Aventura Inspiração

“Viajeros en serio, no en serie”

26 de setembro de 2017

Esteticamente não é uma bela foto. Mas os acontecimentos que se desencadearam durante o período desse registro foram avassaladores. Sem eles, provavelmente hoje eu teria uma vida um pouco mais simples e pacata.

Talvez esse não fosse o momento adequado para tirar essa recordação da gaveta. Quem sabe daqui alguns anos, tomando a atenção de um neto, faria então mais sentido olhar com tamanho saudosismo. Mas sempre que a vejo, minha cabeça atravessa fronteiras sem passar por qualquer imigração. Ela ativa uma lembrança, como uma versão pessoal de um souvenir.

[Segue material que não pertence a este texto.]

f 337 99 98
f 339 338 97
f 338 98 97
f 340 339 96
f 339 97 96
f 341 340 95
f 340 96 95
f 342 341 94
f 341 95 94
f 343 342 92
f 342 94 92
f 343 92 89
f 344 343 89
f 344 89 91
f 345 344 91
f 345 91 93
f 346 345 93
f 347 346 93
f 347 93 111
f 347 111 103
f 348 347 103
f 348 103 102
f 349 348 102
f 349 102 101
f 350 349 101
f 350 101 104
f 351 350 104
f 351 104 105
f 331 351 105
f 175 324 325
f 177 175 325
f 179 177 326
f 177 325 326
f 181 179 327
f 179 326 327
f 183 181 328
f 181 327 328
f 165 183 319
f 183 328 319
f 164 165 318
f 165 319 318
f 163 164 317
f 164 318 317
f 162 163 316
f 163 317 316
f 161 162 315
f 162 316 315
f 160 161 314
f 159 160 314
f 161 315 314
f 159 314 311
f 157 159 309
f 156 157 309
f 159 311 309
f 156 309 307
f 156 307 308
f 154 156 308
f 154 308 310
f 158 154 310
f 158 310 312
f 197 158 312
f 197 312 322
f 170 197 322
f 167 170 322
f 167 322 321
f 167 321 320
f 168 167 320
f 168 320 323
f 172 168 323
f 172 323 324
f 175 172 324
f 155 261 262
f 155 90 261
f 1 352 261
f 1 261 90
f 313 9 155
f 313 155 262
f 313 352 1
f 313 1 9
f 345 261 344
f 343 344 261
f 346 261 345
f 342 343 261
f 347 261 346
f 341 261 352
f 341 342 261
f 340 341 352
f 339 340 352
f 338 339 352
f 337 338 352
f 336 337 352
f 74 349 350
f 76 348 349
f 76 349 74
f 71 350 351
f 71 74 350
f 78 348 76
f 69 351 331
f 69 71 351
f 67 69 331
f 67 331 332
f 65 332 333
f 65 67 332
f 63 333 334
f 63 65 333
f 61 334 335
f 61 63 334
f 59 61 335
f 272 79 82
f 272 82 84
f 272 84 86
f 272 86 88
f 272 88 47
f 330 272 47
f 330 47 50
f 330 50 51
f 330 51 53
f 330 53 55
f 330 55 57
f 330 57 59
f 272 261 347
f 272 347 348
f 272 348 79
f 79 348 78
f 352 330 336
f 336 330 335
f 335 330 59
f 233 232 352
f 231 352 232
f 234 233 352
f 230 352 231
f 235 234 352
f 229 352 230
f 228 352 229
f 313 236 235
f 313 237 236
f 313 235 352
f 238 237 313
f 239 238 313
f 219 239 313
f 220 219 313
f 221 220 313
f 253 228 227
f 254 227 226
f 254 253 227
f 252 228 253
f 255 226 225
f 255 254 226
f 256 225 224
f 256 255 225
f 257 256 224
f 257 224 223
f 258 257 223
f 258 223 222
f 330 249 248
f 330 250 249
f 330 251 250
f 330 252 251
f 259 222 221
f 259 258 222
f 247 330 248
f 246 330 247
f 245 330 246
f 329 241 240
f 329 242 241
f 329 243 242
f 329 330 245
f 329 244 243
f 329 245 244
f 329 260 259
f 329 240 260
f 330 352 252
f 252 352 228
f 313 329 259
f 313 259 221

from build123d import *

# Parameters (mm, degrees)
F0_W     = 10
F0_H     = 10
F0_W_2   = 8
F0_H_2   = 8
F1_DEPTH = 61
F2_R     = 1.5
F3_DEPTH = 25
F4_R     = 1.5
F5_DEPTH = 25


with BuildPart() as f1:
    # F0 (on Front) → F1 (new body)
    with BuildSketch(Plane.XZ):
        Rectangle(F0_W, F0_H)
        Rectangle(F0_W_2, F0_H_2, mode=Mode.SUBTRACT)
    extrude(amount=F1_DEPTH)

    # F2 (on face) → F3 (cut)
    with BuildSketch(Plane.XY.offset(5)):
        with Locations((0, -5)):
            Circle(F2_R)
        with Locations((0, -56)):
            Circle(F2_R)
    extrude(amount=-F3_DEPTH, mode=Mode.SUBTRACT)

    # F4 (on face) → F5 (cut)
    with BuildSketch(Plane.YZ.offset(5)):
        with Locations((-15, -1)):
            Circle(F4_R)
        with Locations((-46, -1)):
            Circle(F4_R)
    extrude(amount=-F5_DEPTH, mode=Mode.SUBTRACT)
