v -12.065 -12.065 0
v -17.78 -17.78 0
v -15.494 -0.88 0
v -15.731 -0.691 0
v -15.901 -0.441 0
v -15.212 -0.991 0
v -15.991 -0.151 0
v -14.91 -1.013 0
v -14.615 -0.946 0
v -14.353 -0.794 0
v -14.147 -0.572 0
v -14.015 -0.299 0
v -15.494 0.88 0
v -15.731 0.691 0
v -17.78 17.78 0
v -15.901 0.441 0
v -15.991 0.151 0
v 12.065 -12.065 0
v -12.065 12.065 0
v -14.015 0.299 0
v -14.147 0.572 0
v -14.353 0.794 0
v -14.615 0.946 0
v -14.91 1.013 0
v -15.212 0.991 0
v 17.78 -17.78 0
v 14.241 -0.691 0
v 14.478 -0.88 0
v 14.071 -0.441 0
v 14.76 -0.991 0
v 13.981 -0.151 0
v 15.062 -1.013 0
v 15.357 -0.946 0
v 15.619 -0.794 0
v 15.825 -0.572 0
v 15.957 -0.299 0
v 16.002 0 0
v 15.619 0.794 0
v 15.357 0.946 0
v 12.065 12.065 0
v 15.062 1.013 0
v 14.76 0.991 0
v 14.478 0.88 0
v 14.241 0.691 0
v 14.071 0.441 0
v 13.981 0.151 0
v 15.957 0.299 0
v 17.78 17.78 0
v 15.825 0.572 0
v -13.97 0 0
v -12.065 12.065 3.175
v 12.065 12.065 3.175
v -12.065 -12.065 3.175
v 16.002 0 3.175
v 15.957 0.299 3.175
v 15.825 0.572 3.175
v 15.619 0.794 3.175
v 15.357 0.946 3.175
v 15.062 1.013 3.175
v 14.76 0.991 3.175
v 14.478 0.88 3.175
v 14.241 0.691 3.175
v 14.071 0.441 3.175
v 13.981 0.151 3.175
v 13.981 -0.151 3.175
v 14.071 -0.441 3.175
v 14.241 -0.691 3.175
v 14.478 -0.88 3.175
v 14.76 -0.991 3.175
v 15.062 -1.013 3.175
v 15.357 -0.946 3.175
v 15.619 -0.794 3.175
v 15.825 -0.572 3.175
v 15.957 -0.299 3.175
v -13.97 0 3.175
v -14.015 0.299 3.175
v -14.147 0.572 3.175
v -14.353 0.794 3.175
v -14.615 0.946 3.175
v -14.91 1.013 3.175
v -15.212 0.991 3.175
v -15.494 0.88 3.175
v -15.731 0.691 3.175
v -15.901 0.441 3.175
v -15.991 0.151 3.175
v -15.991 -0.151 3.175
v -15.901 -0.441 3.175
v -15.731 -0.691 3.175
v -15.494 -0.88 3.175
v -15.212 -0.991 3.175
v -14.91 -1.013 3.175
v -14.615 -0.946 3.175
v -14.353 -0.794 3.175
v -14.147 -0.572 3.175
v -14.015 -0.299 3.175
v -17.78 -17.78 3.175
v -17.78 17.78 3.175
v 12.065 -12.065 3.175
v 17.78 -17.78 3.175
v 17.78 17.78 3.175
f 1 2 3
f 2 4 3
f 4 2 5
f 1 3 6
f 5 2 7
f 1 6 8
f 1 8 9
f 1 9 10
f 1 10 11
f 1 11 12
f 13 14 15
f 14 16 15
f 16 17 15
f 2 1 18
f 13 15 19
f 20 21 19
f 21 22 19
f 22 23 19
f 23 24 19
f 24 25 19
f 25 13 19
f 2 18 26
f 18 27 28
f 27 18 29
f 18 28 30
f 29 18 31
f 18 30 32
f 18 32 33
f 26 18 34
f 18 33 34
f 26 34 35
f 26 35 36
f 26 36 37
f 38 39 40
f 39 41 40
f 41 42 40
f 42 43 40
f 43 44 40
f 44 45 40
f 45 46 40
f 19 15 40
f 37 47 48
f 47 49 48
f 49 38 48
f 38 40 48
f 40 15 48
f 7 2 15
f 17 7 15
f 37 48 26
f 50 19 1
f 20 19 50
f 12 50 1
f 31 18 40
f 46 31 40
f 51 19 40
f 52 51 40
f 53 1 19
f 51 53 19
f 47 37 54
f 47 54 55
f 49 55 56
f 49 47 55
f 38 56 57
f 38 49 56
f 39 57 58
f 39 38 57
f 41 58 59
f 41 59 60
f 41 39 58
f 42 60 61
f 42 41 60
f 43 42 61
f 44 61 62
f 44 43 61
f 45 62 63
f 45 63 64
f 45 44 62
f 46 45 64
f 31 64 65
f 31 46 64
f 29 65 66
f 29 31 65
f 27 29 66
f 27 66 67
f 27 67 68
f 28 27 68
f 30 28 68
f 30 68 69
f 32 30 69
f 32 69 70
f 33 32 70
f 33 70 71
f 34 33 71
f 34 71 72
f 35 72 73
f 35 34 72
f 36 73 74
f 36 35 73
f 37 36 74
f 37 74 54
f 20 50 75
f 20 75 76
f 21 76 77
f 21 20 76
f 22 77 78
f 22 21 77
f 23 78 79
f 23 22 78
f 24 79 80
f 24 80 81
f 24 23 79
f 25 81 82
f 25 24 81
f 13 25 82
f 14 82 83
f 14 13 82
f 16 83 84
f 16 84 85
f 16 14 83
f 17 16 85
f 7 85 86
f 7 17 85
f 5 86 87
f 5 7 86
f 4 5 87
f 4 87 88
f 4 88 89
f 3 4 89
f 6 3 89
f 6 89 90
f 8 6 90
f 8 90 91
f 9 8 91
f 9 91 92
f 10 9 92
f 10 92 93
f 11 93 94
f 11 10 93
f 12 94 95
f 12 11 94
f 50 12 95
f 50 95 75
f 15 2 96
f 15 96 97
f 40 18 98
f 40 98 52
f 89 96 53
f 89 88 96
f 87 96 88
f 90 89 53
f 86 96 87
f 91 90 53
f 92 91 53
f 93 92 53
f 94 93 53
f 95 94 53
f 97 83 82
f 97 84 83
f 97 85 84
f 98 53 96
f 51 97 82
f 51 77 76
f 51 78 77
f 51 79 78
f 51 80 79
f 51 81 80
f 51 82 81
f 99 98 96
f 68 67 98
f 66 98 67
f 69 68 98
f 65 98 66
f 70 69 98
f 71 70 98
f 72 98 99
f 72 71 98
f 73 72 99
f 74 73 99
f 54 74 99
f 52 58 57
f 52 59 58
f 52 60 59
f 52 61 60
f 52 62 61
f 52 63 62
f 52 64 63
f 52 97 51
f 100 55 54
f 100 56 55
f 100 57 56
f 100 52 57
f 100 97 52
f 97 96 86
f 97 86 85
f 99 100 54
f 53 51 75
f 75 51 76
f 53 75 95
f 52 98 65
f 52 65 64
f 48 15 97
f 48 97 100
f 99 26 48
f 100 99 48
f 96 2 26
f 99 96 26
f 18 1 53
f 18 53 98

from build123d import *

# Parameters (mm, degrees)
F0_W     = 35.56
F0_H     = 35.56
F0_R     = 1.016
F0_W_2   = 24.13
F0_H_2   = 24.13
F1_DEPTH = 3.175


with BuildPart() as f1:
    # F0 (on Top) → F1 (new body)
    with BuildSketch(Plane.XY):
        Rectangle(F0_W, F0_H)
        with Locations((-14.986, 0)):
            Circle(F0_R, mode=Mode.SUBTRACT)
        Rectangle(F0_W_2, F0_H_2, mode=Mode.SUBTRACT)
        with Locations((14.986, 0)):
            Circle(F0_R, mode=Mode.SUBTRACT)
    extrude(amount=F1_DEPTH)


solid = f1.part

Depois de cruzar o coração da Bolívia, caminhar pelo deserto no Chile e caçar condores em cânions, finalmente estávamos no velho oeste peruano esperando por um curto voo. Ainda tento montar um quebra-cabeças com a sequência de fatos, entretanto esse liquidificador que é a memória dificulta a tarefa. A cada tanto saltam a vista novas imagens, falas e fatos, e tudo vira novamente uma salada. Desde que me entendo por gente, lugares como Machu Picchu e as Linhas de Nazca vêm figurando entre meus desejos mais profundos. Um claro resquício da atração pela arqueologia e que tomava forma a medida que caminhávamos sob o sol naquele aeroporto.

Abrir as pastas com as fotografias é como destrancar uma janela secreta que habilita a voltar a viagens passadas. E penso que poucos momentos equivalem a esses sorrisos.

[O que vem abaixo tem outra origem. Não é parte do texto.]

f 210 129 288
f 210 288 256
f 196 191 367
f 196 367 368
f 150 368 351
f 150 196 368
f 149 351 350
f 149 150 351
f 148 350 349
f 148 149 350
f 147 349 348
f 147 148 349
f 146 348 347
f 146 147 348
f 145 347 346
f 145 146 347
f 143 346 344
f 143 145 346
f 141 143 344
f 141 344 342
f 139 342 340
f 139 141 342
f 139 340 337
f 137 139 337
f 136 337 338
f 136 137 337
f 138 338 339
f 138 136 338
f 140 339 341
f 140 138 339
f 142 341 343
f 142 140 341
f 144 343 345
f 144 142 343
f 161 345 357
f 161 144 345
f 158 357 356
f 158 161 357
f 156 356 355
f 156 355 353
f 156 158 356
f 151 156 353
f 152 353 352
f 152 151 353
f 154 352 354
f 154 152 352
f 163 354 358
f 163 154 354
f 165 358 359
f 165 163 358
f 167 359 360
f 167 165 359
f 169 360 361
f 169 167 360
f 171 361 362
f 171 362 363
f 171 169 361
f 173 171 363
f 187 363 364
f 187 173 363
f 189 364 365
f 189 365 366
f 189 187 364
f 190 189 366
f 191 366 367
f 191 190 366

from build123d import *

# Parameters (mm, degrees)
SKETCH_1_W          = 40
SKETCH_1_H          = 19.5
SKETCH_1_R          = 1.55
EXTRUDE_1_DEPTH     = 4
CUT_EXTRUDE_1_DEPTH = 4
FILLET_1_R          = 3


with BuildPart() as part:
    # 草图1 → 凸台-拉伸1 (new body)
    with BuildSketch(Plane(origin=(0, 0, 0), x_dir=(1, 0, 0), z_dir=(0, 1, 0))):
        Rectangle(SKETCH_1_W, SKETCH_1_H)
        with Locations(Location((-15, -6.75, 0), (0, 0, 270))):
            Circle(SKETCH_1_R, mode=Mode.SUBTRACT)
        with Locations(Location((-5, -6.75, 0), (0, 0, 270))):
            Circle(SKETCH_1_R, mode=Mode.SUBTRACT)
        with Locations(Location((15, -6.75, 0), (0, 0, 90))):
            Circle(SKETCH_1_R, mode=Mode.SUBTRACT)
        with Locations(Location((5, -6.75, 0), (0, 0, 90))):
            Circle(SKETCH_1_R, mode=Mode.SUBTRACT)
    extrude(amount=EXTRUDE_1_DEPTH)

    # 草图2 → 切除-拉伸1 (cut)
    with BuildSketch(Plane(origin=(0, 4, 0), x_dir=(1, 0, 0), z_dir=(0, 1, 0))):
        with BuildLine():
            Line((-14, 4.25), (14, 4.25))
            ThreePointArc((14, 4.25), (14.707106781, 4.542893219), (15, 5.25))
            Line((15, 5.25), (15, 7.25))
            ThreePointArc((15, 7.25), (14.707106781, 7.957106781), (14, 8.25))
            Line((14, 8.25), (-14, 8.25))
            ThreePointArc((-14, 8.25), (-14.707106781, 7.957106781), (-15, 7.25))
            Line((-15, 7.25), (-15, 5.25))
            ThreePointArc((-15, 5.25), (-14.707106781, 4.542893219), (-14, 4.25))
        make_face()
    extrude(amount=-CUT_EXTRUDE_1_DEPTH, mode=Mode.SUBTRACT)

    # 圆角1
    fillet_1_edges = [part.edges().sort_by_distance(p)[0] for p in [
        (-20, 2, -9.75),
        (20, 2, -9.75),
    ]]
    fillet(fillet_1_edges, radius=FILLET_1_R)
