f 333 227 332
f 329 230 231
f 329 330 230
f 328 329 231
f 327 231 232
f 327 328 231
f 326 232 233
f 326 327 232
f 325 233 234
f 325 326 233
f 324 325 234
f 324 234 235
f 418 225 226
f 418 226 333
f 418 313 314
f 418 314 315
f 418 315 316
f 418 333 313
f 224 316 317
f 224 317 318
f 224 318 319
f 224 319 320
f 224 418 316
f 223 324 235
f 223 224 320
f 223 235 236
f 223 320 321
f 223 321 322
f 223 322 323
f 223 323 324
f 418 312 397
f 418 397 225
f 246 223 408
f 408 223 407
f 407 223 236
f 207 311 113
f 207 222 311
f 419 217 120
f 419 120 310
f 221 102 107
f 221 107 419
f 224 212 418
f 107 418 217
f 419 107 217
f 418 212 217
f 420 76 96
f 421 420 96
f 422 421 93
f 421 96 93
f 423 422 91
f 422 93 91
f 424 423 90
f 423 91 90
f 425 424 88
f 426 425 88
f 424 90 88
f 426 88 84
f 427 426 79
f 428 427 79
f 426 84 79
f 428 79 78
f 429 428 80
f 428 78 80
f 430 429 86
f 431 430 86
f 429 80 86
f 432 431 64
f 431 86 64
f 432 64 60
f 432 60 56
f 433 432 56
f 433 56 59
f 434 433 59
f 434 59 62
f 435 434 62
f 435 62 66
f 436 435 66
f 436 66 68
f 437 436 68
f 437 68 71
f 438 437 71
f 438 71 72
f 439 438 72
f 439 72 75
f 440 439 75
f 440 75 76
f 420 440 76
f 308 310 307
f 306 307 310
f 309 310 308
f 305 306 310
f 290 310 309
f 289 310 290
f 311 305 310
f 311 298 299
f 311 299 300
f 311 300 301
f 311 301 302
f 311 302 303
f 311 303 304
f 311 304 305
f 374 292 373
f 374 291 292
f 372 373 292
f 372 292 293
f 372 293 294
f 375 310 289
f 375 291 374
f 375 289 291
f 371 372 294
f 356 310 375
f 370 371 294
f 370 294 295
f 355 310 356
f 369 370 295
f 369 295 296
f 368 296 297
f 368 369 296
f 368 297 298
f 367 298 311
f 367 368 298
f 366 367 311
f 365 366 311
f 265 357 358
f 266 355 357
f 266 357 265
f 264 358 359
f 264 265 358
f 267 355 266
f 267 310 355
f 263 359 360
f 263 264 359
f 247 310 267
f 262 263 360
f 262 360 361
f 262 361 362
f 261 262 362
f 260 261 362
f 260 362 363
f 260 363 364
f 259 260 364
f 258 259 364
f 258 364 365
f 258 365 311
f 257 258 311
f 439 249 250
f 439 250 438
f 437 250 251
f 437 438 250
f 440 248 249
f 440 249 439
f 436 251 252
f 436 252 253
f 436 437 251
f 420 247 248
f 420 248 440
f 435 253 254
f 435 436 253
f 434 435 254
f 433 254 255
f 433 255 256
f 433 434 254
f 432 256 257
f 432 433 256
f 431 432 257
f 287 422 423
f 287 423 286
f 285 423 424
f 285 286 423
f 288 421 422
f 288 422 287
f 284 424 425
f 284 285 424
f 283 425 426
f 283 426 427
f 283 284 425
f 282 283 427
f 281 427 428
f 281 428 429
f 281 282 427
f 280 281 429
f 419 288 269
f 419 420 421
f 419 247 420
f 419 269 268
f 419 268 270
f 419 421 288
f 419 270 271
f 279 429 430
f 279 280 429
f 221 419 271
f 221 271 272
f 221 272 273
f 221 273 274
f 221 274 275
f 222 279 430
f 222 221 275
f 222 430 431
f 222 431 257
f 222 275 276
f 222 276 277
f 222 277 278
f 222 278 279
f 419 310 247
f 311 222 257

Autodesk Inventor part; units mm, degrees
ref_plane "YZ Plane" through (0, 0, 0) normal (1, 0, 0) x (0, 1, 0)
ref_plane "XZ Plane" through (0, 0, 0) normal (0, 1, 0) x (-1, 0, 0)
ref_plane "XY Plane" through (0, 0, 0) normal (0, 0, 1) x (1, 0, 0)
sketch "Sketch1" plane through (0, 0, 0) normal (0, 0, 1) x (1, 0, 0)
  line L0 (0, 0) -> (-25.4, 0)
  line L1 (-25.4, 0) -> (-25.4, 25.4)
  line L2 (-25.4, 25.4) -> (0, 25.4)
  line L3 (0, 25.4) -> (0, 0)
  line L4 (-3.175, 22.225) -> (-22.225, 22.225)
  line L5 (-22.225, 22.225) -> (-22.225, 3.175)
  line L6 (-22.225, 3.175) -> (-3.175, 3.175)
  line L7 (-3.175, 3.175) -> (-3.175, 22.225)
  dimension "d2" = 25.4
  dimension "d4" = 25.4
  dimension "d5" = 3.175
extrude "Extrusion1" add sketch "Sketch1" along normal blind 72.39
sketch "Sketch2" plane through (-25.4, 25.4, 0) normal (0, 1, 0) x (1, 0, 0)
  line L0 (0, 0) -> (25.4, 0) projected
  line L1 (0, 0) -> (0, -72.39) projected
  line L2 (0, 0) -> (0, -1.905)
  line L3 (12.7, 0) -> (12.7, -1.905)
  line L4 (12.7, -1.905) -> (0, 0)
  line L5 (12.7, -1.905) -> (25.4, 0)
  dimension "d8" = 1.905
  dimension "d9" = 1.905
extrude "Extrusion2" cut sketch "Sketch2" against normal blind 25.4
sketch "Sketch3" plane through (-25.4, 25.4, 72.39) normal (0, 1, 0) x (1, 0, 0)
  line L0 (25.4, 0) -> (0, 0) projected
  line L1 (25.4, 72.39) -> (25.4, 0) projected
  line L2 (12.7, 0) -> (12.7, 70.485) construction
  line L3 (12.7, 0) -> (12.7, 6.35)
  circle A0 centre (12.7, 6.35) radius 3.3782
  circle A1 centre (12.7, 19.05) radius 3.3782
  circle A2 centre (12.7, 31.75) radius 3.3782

Ninguém estava minimamente interessado na foto. Queríamos mais era entrar no avião e ver aquilo com os próprios olhos, arrancar da imaginação e tatuar no coração aquela visão. Riscar da lista de coisas à fazer enquanto andamos por aqui. Encarnar o Indiana Jones alçando voo naquela pista, não atrás da caveira de cristal, mas sim de um sonho de infância.

Das poucas coisas que perduram na memória, sabe-se que esse dia foi um catalisador. Naquele momento entendemos, com o perdão do trocadilho em espanhol, que éramos “viajeros en serio, no en serie”*. Nenhum fotógrafo jamais conseguiria captar aquele sentimento. Na verdade, nem mesmo nós sabíamos dele.

 

Nazca, agosto de 2011.

 

 

 

* Em tradução livre: viajantes de verdade, não em série.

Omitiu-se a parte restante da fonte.